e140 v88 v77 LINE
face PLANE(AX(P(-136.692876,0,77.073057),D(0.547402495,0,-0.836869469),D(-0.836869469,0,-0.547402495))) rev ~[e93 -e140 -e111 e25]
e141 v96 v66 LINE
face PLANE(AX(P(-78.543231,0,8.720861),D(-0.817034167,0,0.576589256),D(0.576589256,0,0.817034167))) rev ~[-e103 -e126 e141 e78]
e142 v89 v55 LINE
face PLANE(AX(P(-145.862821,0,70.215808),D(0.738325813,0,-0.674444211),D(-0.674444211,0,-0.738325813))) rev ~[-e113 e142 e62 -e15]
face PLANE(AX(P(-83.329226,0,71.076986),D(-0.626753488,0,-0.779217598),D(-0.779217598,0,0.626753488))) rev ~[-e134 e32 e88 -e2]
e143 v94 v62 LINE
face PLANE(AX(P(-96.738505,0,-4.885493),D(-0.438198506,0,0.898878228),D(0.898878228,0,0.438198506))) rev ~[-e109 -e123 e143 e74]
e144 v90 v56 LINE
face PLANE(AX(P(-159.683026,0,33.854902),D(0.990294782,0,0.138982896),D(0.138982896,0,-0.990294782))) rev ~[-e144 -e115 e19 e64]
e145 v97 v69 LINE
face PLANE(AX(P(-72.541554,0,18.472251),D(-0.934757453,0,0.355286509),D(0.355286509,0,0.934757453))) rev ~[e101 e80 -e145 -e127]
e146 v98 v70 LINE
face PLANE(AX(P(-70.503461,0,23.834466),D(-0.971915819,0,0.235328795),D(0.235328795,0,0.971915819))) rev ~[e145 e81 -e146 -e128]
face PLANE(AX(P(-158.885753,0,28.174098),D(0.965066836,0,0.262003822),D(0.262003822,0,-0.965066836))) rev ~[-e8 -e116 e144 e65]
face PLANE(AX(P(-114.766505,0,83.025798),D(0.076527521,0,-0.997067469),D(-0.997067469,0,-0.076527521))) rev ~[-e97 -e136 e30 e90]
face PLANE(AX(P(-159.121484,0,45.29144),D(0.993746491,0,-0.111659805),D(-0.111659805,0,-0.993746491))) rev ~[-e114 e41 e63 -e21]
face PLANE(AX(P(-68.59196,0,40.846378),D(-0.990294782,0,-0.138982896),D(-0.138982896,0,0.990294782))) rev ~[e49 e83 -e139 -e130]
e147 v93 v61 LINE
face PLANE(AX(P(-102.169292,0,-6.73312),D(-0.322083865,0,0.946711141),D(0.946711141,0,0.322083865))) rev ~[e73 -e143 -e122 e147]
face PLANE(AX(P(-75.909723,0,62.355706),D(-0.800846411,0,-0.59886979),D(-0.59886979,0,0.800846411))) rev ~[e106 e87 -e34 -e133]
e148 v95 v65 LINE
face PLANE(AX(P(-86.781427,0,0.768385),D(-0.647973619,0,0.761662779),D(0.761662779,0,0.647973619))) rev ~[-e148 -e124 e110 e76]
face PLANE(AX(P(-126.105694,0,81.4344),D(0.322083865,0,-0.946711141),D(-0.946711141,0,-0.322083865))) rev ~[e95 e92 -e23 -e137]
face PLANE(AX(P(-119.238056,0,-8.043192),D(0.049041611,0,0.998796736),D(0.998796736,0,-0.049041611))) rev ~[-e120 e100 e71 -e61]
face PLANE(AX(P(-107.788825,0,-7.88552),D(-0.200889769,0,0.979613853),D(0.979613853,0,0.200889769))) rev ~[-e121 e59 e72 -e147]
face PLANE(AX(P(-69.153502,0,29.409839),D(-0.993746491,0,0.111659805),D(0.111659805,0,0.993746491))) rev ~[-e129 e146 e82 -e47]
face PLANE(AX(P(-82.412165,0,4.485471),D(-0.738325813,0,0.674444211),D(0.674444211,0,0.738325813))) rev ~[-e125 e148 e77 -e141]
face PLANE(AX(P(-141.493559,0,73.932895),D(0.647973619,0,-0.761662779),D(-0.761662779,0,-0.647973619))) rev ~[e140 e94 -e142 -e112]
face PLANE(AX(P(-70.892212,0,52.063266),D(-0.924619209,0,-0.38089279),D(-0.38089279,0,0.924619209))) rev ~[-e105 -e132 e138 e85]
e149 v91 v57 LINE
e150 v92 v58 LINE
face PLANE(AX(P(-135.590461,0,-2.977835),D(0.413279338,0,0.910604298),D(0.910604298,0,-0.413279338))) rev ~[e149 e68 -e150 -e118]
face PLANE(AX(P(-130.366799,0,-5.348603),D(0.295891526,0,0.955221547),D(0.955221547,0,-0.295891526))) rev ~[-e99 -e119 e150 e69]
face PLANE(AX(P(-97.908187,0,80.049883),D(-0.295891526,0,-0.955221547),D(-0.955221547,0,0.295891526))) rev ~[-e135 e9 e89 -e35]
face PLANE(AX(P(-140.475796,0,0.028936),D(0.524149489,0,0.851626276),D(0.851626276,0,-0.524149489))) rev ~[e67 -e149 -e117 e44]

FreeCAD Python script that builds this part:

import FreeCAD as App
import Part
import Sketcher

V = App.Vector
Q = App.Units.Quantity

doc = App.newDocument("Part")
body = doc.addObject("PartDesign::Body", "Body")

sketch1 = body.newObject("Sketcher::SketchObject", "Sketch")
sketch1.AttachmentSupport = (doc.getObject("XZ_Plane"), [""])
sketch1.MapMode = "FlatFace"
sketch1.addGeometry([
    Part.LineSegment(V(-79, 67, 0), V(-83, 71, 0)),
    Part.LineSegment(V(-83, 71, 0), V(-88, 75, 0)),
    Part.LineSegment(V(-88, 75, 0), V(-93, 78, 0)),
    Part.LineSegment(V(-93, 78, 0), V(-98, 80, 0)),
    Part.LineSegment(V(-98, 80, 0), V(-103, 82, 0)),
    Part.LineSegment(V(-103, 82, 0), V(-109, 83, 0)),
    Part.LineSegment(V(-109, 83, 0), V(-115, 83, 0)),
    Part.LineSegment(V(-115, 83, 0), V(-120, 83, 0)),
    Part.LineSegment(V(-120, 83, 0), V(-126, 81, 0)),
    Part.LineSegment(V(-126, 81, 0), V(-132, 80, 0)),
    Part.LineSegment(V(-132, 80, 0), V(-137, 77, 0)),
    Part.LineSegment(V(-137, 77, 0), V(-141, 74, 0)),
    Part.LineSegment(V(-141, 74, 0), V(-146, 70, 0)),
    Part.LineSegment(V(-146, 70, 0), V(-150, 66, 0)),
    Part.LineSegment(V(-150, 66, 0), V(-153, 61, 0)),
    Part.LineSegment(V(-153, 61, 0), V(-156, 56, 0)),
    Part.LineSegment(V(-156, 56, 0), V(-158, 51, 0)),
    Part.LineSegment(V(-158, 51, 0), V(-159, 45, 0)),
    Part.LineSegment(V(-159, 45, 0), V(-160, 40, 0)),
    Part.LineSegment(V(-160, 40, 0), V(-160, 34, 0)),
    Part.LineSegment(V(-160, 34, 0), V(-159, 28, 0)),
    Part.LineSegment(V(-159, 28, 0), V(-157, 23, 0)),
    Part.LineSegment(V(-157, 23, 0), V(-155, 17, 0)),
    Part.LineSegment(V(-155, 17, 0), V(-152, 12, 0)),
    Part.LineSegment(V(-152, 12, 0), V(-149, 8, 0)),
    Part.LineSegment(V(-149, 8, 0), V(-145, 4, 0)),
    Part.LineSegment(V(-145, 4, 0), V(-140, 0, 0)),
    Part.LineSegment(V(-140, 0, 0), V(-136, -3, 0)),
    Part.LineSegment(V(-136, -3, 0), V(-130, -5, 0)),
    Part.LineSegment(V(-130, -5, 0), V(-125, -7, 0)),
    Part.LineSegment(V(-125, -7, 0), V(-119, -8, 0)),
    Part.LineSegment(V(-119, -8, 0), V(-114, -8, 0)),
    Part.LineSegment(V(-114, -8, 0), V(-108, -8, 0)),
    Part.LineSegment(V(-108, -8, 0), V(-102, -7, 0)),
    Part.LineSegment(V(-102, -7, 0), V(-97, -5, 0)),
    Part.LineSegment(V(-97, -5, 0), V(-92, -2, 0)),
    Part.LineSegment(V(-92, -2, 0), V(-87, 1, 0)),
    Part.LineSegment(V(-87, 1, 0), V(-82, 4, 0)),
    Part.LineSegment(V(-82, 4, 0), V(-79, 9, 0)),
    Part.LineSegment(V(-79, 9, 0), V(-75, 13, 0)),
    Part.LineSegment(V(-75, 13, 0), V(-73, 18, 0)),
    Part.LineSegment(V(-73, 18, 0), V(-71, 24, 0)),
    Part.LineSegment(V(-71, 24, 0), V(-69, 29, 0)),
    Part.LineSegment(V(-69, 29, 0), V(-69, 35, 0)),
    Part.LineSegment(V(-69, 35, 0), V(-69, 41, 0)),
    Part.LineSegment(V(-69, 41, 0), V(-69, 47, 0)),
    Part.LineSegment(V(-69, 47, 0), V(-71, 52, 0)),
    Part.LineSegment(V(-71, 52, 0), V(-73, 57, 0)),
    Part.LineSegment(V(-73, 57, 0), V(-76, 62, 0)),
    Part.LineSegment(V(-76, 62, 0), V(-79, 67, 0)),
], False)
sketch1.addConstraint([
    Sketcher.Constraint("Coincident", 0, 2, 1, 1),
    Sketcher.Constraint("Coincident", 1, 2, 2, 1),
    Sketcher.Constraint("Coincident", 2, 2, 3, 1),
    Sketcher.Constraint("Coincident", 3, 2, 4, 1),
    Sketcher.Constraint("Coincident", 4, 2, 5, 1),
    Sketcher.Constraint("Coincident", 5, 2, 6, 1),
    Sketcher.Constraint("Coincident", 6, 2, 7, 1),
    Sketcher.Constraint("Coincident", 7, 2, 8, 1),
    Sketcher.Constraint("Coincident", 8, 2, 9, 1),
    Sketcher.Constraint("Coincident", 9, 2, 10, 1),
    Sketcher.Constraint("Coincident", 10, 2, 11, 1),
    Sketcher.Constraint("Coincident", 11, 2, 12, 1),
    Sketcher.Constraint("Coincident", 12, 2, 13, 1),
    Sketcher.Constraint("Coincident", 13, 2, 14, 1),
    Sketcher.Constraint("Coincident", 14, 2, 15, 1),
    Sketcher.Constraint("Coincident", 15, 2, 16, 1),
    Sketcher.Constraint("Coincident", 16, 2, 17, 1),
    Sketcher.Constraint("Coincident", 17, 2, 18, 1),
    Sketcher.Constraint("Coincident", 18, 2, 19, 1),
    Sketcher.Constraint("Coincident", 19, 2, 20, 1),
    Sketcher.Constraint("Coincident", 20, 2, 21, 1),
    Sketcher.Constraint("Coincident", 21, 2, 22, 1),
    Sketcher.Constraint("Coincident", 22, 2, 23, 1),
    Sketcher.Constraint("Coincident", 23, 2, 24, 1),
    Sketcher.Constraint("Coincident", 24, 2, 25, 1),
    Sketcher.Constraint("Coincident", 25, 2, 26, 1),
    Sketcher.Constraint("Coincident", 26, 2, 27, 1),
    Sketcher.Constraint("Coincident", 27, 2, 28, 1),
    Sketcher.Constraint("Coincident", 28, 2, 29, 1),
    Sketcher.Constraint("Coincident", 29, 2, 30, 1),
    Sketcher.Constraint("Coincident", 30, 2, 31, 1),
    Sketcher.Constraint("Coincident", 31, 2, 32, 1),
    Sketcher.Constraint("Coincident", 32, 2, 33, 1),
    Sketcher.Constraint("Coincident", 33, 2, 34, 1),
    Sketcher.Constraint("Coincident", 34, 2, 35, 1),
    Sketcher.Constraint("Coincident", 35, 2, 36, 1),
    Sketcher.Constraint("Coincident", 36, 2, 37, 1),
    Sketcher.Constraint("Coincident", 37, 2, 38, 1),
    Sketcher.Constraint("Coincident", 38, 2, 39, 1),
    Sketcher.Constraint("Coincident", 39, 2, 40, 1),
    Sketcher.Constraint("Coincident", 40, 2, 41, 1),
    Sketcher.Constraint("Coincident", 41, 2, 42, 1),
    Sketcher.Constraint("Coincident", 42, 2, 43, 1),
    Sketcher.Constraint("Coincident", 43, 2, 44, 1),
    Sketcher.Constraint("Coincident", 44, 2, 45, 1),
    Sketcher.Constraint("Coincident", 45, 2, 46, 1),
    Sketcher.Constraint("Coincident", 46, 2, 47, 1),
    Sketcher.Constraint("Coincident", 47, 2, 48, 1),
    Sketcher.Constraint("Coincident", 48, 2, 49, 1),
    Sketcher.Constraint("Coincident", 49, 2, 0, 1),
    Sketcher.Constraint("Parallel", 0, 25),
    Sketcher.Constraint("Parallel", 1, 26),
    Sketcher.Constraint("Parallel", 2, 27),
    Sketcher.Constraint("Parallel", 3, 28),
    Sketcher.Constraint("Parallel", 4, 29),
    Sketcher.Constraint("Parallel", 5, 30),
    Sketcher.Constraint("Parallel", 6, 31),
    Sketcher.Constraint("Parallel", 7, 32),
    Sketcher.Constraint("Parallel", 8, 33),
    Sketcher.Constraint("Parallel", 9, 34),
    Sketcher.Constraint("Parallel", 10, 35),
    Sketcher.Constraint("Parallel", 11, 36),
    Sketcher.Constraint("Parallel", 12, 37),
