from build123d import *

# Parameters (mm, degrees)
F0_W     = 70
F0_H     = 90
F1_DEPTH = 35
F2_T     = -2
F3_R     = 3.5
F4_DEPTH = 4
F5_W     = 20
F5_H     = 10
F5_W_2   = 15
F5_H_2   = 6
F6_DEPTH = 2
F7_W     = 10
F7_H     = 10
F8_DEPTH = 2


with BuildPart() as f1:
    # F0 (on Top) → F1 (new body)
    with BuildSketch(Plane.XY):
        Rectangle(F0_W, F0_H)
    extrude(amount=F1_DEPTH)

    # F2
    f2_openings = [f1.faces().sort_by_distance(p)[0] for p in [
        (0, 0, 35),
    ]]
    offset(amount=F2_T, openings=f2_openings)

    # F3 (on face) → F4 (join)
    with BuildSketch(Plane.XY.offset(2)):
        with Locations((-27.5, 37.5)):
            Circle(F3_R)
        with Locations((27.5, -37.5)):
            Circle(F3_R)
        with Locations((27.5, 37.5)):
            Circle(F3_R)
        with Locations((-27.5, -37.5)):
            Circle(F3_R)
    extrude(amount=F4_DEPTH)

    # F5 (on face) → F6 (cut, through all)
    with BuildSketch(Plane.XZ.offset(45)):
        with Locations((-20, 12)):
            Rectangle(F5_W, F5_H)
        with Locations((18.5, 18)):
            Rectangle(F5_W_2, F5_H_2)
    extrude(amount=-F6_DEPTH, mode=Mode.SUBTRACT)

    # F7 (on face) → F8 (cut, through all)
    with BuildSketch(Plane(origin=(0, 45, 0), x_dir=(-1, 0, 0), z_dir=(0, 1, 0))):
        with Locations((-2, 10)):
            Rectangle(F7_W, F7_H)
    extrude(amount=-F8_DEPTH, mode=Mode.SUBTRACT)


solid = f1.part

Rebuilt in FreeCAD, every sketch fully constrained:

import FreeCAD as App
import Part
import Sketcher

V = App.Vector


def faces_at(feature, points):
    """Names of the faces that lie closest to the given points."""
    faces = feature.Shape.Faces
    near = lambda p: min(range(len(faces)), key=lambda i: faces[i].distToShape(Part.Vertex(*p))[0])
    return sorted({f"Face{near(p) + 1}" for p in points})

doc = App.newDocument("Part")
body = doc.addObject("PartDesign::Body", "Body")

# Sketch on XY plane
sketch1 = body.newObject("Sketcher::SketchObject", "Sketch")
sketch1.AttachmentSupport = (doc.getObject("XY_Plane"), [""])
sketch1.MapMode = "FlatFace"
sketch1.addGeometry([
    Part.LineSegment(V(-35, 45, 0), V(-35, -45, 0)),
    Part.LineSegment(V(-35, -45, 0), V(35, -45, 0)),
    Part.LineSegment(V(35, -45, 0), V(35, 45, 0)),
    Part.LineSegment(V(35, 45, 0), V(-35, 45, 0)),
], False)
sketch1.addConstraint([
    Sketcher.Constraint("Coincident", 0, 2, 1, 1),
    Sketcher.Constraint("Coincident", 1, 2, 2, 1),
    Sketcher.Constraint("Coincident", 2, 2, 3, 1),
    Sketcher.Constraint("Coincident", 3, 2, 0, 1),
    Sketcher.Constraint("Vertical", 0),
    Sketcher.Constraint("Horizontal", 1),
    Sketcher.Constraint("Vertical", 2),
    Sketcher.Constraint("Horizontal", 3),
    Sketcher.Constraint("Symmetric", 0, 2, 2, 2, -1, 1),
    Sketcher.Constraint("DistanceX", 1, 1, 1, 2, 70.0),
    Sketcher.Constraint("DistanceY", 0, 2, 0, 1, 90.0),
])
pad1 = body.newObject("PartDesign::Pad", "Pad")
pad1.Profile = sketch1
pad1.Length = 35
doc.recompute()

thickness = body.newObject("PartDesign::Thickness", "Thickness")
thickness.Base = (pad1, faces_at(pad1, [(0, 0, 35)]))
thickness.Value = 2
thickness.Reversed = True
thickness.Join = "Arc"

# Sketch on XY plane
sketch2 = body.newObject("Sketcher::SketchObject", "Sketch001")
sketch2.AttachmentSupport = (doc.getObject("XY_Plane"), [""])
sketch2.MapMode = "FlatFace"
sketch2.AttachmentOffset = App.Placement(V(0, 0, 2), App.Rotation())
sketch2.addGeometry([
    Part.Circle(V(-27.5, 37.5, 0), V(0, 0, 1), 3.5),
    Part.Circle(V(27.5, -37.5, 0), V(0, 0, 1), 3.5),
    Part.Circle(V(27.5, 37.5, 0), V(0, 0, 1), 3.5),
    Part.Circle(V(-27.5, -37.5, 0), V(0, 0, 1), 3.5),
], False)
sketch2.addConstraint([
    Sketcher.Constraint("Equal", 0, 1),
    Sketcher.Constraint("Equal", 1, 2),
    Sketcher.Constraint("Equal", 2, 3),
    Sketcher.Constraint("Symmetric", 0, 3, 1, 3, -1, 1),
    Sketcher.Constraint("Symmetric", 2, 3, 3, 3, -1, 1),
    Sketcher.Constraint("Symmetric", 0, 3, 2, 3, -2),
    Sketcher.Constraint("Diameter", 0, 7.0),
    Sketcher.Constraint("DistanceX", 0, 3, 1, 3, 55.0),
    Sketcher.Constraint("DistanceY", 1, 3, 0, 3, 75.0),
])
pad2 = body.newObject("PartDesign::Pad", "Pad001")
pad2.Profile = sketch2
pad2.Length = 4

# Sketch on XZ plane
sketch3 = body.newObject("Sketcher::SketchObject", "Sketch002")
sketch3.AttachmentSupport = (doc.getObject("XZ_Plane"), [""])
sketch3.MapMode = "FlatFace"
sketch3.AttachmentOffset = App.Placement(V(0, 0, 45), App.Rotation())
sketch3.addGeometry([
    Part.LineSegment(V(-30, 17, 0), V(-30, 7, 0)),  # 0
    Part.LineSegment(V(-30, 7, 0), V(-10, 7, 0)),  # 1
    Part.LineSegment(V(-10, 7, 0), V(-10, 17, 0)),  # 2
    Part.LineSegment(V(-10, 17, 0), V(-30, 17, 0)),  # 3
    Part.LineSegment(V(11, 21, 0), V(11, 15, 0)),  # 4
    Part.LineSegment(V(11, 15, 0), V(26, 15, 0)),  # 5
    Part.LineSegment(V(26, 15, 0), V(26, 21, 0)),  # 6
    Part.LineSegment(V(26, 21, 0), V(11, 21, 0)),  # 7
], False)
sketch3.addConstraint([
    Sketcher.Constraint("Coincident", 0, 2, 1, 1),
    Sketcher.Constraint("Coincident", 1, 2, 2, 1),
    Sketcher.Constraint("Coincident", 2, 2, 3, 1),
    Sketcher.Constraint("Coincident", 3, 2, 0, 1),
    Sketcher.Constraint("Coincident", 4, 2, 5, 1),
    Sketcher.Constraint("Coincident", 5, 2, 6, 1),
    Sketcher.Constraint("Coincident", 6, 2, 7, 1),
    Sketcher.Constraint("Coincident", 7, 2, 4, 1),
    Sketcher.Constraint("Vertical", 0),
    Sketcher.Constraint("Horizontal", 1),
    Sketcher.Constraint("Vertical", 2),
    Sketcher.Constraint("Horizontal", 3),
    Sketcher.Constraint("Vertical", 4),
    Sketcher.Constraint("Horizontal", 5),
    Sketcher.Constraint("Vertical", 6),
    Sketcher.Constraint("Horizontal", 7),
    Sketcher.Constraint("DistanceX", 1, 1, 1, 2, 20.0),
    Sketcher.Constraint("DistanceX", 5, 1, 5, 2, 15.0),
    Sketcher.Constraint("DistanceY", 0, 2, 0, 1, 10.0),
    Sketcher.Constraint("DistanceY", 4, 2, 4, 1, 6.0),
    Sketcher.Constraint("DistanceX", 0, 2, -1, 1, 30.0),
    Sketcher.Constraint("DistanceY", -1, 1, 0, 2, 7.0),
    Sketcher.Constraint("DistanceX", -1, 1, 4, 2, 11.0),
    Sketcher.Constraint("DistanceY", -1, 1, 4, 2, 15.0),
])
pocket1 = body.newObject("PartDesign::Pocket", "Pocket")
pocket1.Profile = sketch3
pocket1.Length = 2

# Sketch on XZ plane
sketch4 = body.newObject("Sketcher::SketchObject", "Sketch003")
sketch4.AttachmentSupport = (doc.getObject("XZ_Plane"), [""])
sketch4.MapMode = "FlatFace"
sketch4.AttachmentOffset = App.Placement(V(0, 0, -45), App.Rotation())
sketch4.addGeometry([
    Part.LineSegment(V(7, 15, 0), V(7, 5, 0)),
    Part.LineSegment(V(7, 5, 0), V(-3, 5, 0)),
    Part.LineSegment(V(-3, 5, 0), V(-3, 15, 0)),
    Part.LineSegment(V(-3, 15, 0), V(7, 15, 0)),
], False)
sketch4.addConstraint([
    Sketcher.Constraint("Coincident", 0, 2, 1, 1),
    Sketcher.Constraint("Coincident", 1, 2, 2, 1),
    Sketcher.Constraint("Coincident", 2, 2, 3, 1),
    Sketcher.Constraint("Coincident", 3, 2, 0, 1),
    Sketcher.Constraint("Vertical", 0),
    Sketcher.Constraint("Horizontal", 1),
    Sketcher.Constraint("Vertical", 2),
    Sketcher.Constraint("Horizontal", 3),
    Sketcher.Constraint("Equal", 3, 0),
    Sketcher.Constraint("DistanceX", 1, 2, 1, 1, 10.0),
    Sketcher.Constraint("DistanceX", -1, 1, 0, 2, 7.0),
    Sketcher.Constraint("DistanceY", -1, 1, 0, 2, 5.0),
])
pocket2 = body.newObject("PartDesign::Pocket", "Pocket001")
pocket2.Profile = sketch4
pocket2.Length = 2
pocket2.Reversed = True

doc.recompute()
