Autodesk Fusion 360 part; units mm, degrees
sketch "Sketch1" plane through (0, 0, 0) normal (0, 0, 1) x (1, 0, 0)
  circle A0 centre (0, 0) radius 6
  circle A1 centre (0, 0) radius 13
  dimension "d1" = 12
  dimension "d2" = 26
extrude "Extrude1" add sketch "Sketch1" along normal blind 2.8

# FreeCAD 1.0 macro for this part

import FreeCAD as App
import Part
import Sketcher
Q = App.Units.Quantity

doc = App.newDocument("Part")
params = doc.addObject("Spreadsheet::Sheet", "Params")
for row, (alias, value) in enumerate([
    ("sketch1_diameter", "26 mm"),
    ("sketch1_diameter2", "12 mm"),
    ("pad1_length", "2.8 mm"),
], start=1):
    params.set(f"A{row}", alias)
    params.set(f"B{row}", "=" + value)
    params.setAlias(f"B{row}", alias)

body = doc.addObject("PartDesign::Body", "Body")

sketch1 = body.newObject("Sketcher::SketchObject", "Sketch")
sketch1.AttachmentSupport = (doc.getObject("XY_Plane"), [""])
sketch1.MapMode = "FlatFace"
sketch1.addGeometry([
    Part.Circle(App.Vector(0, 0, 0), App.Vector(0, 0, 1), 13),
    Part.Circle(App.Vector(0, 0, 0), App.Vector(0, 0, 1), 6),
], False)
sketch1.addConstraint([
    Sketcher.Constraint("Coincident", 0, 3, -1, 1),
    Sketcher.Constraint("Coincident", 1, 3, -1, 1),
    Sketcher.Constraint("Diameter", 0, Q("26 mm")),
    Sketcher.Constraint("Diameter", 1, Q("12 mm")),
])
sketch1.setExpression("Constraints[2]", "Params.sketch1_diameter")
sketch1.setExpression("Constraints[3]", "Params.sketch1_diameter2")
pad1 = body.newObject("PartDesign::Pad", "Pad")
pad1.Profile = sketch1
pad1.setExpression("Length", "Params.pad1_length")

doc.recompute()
################
--- What to produce ---
In the listing above, find the line with "e59 e72 -e147]" and the line with "e148 e77 -e141]", then print exactly those lines and every line between them.

--- Solution below ---
face PLANE(AX(P(-107.788825,0,-7.88552),D(-0.200889769,0,0.979613853),D(0.979613853,0,0.200889769))) rev ~[-e121 e59 e72 -e147]
face PLANE(AX(P(-69.153502,0,29.409839),D(-0.993746491,0,0.111659805),D(0.111659805,0,0.993746491))) rev ~[-e129 e146 e82 -e47]
face PLANE(AX(P(-82.412165,0,4.485471),D(-0.738325813,0,0.674444211),D(0.674444211,0,0.738325813))) rev ~[-e125 e148 e77 -e141]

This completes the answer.